# How big is your poodles neck?



## brownlikewoah (May 3, 2012)

Zora won a gift certificate online for a photo contest, and I'm planning on using it towards a new collar and leash... problem is, she's currently 4 months old, and I'm not sure how big her neck will be when she's an adult. Her mom was 24", her Dad 27" (If I remember correctly)... how big will her neck aprox be when full grown? About 12"?


----------



## AngelsMommy (Nov 3, 2012)

My spoo takes between a 18 to 20 inch collar. She is 24 at shoulder so that should help. I would go big as it can be taken up by making a hole, but it is pretty hard to make longer. 
Congrats on the contest, I hope you find just the right collar and lead for you both. I love my matching ones.


----------



## brownlikewoah (May 3, 2012)

Thanks for the reply! The instructions online say to measure your dog's "true" neck size, then it varies a couple inches from that for the collar size. Hope I pick the right size!


----------



## CharismaticMillie (Jun 16, 2010)

Both of mine have around a 14 inch neck. They are 24 inches and 25 inches tall. This is actual neck size. To measure, I would get a soft tapemeasure and wrap it around the neck snugly.


----------



## Quossum (Mar 18, 2011)

I've bought several collars from 2 Hounds Designs, and my 24" tall Sugarfoot wears their "medium," or 14-18 inch size.
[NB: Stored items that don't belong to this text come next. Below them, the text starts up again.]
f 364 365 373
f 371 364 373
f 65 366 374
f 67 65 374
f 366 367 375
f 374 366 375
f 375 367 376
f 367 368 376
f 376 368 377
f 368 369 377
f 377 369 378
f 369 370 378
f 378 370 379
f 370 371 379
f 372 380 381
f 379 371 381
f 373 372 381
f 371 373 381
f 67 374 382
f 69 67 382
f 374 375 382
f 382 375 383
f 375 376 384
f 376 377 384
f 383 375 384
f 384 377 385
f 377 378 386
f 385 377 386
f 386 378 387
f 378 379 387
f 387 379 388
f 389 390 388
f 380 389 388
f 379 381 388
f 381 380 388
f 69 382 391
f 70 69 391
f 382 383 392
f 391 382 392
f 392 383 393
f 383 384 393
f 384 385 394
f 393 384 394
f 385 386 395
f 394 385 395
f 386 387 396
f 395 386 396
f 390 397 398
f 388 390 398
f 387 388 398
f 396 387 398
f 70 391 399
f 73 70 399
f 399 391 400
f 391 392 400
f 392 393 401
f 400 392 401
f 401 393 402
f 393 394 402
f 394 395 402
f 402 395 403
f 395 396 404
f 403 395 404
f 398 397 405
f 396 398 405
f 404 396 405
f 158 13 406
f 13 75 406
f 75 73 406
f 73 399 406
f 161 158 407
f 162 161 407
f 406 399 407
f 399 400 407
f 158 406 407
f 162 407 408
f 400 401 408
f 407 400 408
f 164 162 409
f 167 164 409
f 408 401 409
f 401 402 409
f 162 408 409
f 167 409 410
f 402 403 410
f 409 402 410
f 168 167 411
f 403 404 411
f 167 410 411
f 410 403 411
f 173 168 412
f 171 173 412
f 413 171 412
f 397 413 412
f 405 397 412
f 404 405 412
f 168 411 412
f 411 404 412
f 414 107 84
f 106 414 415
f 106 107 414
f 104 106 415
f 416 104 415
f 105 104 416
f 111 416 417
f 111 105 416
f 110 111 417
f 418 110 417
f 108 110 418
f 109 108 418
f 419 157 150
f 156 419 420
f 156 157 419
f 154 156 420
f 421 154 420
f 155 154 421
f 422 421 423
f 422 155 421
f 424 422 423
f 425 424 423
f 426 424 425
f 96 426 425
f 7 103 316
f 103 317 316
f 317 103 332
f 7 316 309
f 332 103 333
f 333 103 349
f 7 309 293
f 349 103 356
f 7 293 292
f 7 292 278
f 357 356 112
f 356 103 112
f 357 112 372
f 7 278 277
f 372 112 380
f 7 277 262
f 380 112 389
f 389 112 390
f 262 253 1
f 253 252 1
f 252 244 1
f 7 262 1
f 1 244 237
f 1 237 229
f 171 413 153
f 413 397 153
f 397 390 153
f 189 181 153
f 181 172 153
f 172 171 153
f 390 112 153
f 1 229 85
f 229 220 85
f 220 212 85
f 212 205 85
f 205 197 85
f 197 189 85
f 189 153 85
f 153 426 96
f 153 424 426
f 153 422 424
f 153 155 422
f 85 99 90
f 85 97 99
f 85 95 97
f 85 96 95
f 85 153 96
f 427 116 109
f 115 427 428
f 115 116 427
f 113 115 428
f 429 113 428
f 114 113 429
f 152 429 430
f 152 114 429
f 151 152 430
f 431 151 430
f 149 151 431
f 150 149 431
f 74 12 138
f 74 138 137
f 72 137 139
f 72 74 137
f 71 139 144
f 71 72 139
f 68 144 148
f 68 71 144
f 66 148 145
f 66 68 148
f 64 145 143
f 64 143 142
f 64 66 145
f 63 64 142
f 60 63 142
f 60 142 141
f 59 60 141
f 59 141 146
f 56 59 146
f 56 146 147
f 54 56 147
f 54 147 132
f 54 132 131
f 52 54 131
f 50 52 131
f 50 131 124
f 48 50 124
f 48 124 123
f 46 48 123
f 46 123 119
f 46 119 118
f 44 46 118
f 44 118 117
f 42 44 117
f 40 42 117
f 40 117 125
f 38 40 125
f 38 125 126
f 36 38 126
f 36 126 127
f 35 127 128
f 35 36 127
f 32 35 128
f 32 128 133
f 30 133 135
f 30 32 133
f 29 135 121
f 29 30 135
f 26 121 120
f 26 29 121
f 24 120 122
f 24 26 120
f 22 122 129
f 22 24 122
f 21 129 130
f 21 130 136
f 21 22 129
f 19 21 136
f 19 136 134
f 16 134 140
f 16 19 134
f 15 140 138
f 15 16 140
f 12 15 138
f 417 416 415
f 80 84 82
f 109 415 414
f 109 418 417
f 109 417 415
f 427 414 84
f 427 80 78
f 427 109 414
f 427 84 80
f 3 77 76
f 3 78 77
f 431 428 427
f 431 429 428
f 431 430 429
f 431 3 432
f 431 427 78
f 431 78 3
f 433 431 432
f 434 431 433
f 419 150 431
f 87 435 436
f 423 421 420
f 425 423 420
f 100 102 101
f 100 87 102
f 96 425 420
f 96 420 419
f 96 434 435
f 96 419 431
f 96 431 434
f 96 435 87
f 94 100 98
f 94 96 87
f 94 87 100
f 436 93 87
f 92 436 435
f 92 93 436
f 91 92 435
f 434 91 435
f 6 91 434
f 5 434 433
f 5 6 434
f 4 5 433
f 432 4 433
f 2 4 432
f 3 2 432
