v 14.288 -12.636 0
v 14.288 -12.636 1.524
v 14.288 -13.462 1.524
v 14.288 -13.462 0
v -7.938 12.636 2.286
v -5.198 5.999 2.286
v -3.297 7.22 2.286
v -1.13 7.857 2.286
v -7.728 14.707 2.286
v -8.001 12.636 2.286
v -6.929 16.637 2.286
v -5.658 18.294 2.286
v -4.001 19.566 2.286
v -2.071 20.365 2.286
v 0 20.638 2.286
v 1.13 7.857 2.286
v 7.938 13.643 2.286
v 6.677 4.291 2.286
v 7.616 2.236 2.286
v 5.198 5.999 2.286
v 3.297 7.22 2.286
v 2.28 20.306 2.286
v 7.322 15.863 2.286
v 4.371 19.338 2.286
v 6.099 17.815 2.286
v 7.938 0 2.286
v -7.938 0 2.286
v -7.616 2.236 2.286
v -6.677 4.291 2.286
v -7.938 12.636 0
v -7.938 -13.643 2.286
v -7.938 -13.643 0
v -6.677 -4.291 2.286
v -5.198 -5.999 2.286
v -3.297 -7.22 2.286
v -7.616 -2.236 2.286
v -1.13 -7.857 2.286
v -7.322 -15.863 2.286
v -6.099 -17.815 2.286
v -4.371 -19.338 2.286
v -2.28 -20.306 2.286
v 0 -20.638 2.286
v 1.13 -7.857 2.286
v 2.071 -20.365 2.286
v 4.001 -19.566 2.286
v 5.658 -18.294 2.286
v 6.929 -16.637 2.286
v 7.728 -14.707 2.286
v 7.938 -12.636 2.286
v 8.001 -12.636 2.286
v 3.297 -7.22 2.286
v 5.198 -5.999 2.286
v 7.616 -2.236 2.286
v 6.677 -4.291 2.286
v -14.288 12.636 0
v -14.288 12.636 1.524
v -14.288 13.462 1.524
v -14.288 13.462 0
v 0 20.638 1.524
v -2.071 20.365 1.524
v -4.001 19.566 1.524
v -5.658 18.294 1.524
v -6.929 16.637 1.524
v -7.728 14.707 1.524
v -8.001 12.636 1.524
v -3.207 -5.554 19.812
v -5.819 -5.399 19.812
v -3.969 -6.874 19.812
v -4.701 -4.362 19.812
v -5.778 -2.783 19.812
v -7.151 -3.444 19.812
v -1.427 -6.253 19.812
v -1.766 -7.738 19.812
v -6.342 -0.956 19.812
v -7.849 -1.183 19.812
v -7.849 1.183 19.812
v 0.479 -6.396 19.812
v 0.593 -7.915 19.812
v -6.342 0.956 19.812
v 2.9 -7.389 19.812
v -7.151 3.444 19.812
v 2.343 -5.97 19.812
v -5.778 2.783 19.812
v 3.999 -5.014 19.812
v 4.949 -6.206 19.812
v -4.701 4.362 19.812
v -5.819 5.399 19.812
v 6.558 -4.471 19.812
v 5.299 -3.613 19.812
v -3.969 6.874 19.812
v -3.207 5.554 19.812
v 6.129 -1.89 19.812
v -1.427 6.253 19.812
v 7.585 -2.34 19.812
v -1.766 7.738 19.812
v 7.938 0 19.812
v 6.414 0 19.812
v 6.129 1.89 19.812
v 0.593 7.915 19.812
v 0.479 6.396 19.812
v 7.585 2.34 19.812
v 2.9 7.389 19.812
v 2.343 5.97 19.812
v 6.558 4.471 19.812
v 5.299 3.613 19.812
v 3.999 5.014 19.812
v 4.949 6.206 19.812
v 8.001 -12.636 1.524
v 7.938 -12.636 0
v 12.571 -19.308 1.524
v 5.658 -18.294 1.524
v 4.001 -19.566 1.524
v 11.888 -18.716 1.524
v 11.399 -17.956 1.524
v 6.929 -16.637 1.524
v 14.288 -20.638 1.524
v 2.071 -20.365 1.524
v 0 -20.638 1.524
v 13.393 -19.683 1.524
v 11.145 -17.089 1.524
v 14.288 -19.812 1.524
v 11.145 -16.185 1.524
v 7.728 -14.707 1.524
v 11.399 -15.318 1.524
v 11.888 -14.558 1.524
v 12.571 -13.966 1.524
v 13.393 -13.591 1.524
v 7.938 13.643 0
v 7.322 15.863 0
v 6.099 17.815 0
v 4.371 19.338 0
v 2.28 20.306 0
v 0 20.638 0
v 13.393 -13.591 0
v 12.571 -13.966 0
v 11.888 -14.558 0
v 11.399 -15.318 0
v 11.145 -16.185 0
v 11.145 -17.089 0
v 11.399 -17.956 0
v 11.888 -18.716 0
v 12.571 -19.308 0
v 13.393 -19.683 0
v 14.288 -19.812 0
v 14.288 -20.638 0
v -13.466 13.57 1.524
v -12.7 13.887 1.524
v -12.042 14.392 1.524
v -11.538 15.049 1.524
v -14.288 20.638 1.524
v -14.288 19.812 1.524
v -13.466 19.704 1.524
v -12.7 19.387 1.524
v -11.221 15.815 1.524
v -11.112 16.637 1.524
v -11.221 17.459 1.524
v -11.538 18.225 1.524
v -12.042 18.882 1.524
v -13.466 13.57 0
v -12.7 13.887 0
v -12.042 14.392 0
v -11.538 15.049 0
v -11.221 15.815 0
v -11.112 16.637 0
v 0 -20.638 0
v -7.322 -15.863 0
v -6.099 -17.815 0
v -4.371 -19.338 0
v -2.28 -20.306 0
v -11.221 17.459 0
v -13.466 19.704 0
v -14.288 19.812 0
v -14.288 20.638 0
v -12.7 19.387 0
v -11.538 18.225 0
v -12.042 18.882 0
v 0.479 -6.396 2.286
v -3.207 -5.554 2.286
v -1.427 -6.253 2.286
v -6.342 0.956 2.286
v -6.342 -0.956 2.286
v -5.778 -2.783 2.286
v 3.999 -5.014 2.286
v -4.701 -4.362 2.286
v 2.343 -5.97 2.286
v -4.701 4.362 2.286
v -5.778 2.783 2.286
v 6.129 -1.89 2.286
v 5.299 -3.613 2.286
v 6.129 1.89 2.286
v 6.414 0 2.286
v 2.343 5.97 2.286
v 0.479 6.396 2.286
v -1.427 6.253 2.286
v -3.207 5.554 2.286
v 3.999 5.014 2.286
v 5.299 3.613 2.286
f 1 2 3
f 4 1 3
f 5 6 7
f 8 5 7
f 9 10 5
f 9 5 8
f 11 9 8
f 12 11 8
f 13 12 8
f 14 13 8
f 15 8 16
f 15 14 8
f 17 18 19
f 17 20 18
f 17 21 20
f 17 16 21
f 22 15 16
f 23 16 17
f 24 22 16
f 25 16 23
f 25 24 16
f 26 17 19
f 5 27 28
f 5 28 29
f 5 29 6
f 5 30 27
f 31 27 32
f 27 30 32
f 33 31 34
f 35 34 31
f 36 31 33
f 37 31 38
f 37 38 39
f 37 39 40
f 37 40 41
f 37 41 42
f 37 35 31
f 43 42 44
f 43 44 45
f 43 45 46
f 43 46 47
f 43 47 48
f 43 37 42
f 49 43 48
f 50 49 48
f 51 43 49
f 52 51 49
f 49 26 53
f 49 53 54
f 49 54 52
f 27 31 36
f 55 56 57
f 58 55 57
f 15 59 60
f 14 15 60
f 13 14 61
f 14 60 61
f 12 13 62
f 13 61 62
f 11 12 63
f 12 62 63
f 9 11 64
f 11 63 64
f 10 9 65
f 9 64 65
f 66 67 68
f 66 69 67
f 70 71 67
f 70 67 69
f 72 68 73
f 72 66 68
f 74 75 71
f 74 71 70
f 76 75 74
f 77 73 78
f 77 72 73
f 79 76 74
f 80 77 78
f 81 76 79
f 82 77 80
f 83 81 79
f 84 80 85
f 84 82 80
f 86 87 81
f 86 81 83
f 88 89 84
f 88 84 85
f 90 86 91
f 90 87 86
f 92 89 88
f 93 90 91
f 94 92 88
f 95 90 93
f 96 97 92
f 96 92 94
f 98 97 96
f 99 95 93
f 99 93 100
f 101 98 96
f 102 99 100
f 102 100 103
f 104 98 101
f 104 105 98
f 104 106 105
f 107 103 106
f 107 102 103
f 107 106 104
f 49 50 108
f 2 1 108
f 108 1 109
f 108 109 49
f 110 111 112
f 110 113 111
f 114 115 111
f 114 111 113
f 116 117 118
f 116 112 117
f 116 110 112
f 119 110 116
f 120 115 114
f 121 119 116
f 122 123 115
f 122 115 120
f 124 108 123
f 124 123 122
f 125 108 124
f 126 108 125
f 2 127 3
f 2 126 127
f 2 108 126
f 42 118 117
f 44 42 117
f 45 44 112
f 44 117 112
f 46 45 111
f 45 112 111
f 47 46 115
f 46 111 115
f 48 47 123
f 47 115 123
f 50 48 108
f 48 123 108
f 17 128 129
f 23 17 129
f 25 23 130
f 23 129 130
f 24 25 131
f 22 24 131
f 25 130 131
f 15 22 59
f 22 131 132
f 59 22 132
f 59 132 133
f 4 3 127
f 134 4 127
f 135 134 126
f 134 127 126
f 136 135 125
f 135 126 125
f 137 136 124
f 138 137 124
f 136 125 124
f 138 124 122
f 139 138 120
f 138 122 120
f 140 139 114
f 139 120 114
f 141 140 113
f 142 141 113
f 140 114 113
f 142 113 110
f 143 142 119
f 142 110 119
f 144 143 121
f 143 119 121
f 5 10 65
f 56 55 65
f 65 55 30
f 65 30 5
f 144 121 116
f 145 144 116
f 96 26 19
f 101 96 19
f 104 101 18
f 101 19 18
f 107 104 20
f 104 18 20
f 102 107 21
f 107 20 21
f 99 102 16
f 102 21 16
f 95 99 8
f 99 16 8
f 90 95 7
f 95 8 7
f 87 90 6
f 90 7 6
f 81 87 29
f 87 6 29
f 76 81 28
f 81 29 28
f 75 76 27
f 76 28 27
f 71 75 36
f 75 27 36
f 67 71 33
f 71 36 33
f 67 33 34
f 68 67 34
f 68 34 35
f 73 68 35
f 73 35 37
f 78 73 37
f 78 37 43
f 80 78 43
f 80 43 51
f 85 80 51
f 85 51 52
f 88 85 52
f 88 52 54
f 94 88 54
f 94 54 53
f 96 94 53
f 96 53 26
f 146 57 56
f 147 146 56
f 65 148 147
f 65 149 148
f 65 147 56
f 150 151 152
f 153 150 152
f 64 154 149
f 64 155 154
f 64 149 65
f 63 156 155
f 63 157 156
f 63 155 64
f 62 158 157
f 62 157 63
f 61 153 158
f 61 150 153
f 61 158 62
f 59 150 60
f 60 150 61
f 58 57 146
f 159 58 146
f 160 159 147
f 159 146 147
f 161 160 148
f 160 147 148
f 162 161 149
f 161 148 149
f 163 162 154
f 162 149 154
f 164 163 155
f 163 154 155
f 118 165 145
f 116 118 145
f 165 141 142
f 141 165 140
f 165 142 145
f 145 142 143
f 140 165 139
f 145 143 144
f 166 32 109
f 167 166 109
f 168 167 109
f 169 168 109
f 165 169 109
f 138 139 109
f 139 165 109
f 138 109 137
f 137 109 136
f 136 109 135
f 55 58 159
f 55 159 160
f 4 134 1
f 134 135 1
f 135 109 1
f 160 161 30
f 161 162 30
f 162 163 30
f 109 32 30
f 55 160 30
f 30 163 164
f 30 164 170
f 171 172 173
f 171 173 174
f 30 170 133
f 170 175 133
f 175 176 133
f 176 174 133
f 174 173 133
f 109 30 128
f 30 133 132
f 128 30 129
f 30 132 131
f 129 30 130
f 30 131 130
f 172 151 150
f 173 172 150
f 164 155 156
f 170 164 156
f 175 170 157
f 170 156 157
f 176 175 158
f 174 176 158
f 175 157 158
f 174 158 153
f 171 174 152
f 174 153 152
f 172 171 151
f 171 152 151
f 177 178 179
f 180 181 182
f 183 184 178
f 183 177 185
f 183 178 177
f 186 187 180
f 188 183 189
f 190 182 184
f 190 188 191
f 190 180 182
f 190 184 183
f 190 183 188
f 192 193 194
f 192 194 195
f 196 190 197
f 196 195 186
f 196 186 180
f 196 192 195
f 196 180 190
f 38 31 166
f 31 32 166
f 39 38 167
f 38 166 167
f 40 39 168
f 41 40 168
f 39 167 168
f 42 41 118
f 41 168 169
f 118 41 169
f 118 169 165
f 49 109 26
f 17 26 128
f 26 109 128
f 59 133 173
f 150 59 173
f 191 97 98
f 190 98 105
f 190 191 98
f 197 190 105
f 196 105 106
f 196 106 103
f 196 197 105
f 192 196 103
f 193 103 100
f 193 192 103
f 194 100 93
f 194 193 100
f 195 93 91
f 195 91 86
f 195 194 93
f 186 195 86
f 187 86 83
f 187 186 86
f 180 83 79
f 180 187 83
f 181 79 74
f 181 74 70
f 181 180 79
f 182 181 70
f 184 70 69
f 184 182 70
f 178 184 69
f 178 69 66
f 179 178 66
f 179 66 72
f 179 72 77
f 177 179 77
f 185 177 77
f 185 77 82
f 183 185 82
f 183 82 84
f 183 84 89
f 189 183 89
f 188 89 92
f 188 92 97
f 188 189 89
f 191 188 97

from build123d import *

# Parameters (mm, degrees)
F0_W     = 15.875
F0_H     = 25.273
F1_DEPTH = 1.524
F3_DEPTH = 0.762
F4_R     = 6.4135
F5_DEPTH = 17.526
F7_DEPTH = 25.4
F9_DEPTH = 25.4


with BuildPart() as f1:
    # F0 (on Top) → F1 (new body)
    with BuildSketch(Plane.XY):
        with BuildLine():
            Line((-7.9375, 13.6425291994), (-7.9375, 20.6375))
            Line((-7.9375, 20.6375), (-20.6375, 20.6375))
            Line((-20.6375, 20.6375), (-20.6375, 19.05))
            ThreePointArc((-20.6375, 19.05), (-18.931251337, 18.343248663), (-18.2245, 16.637))
            ThreePointArc((-18.2245, 16.637), (-18.931251337, 14.930751337), (-20.6375, 14.224))
            Line((-20.6375, 14.224), (-20.6375, 12.6365))
            Line((-20.6375, 12.6365), (-7.9375, 12.6365))
            Line((-7.9375, 12.6365), (-7.9375, 13.6425291994))
        make_face()
        with BuildLine():
            ThreePointArc((-7.9375, 13.6425291994), (-5.2899320117, 18.6392177438), (0, 20.6375))
            Line((0, 20.6375), (-7.9375, 20.6375))
            Line((-7.9375, 20.6375), (-7.9375, 13.6425291994))
        make_face()
        with BuildLine():
            ThreePointArc((7.9375, 13.6425291994), (5.2899320117, 18.6392177438), (0, 20.6375))
            ThreePointArc((0, 20.6375), (-5.2899320117, 18.6392177438), (-7.9375, 13.6425291994))
            Line((-7.9375, 13.6425291994), (-7.9375, 12.6365))
            Line((-7.9375, 12.6365), (7.9375, 12.6365))
            Line((7.9375, 12.6365), (7.9375, 13.6425291994))
        make_face()
        Rectangle(F0_W, F0_H)
        with BuildLine():
            Line((7.9375, -13.6425291994), (7.9375, -12.6365))
            Line((7.9375, -12.6365), (-7.9375, -12.6365))
            Line((-7.9375, -12.6365), (-7.9375, -13.6425291994))
            ThreePointArc((-7.9375, -13.6425291994), (-5.2899320117, -18.6392177438), (0, -20.6375))
            ThreePointArc((0, -20.6375), (5.2899320117, -18.6392177438), (7.9375, -13.6425291994))
        make_face()
        with BuildLine():
            Line((7.9375, -20.6375), (7.9375, -13.6425291994))
            ThreePointArc((7.9375, -13.6425291994), (5.2899320117, -18.6392177438), (0, -20.6375))
            Line((0, -20.6375), (7.9375, -20.6375))
        make_face()
        with BuildLine():
            Line((20.6375, -14.224), (20.6375, -12.6365))
            Line((20.6375, -12.6365), (7.9375, -12.6365))
            Line((7.9375, -12.6365), (7.9375, -13.6425291994))
            Line((7.9375, -13.6425291994), (7.9375, -20.6375))
            Line((7.9375, -20.6375), (20.6375, -20.6375))
            Line((20.6375, -20.6375), (20.6375, -19.05))
            ThreePointArc((20.6375, -19.05), (18.2245, -16.637), (20.6375, -14.224))
        make_face()
    extrude(amount=F1_DEPTH)

    # F2 (on face) → F3 (join)
    with BuildSketch(Plane.XY.offset(1.524)):
        with BuildLine():
            ThreePointArc((7.9375, 13.6425291994), (5.2899320117, 18.6392177438), (0, 20.6375))
            ThreePointArc((0, 20.6375), (-5.6575613563, 18.2940613563), (-8.001, 12.6365))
I think when I measured for sizing his neck was about 15" or so.

--Q


----------



## phrannie (Jan 8, 2011)

*Lola is 8 months, and 24" tall....her neck is 14" at last measuring. She's my first Spoo, so I have no idea of their growth rate. If she was a GSD, I'd know she was going to get a lot bigger...do Spoo's finish growing earlier than 18 months?

p*


----------



## Sawyersmomma (May 28, 2012)

Sawyer is 27.5'' tall and his neck is 16''. I normally get him an 18-20'' collar though, simply because I can't find a proper fitting smaller one, and this still doesn't slide off. Ideally I would want one meant for 16'' though


----------



## brownlikewoah (May 3, 2012)

awesome  thanks for the info everyone. I'll look for one for a 14" sized neck.


----------



## AngelsMommy (Nov 3, 2012)

I forgot to mention that my dogs actual neck measures 15.5 without fur and fluff.  I get the larger because I have had the problem with not having a tail to tuck and they would come undone. But I am working on a nice custom fitting leather that I am making for her. I also don't use it for taking her for walks, we have a harness for that. It is mainly for her tags. And being pretty.


----------



## Agidog (Jun 4, 2012)

Mine is so so tiny around the neck under all her wool and I had a cats collar on her at 9 weeks and it still fits her now at 11months and potentially fully grown. 
I purchased an expander collar one that has a loop which you can make collar smaller or larger both dogs have same make and silky his neck is way bigger but I have exactly same size for both of them.
I also got from clean run the soft cell slip collars which are brilliant for training and agility (we don't run with collars on over here) slip them off quickly no messing through fur for the snap lock. 
Clean Run: ComfortFlex Limited Slip Padded Dog Collar

This is where I purchased my collars and leads which I have had personalised
Personalised Pet Products - Personalised Pet | Cat Collars, Dog Collars, Personalised Collars, Pet Harnesses, Dog Harnesses, Cat Harnesses and Bling Collars

This site is also very good
Welcome to Name Game


----------



## Sookster (Apr 11, 2011)

Both of my spoos (one is barely 22 inches tall and 30lb, the other 28 inches tall and 65 lbs) usually wear a "medium" in collar sizes. The one they are currently wearing is a medium cycle dog collar, which is "12-21 inches". Sookie's is taken almost all the way in, so I would guess around 14 inches, and Nova's is about 3/4 of the way out, so I would guess around 18 inches.


----------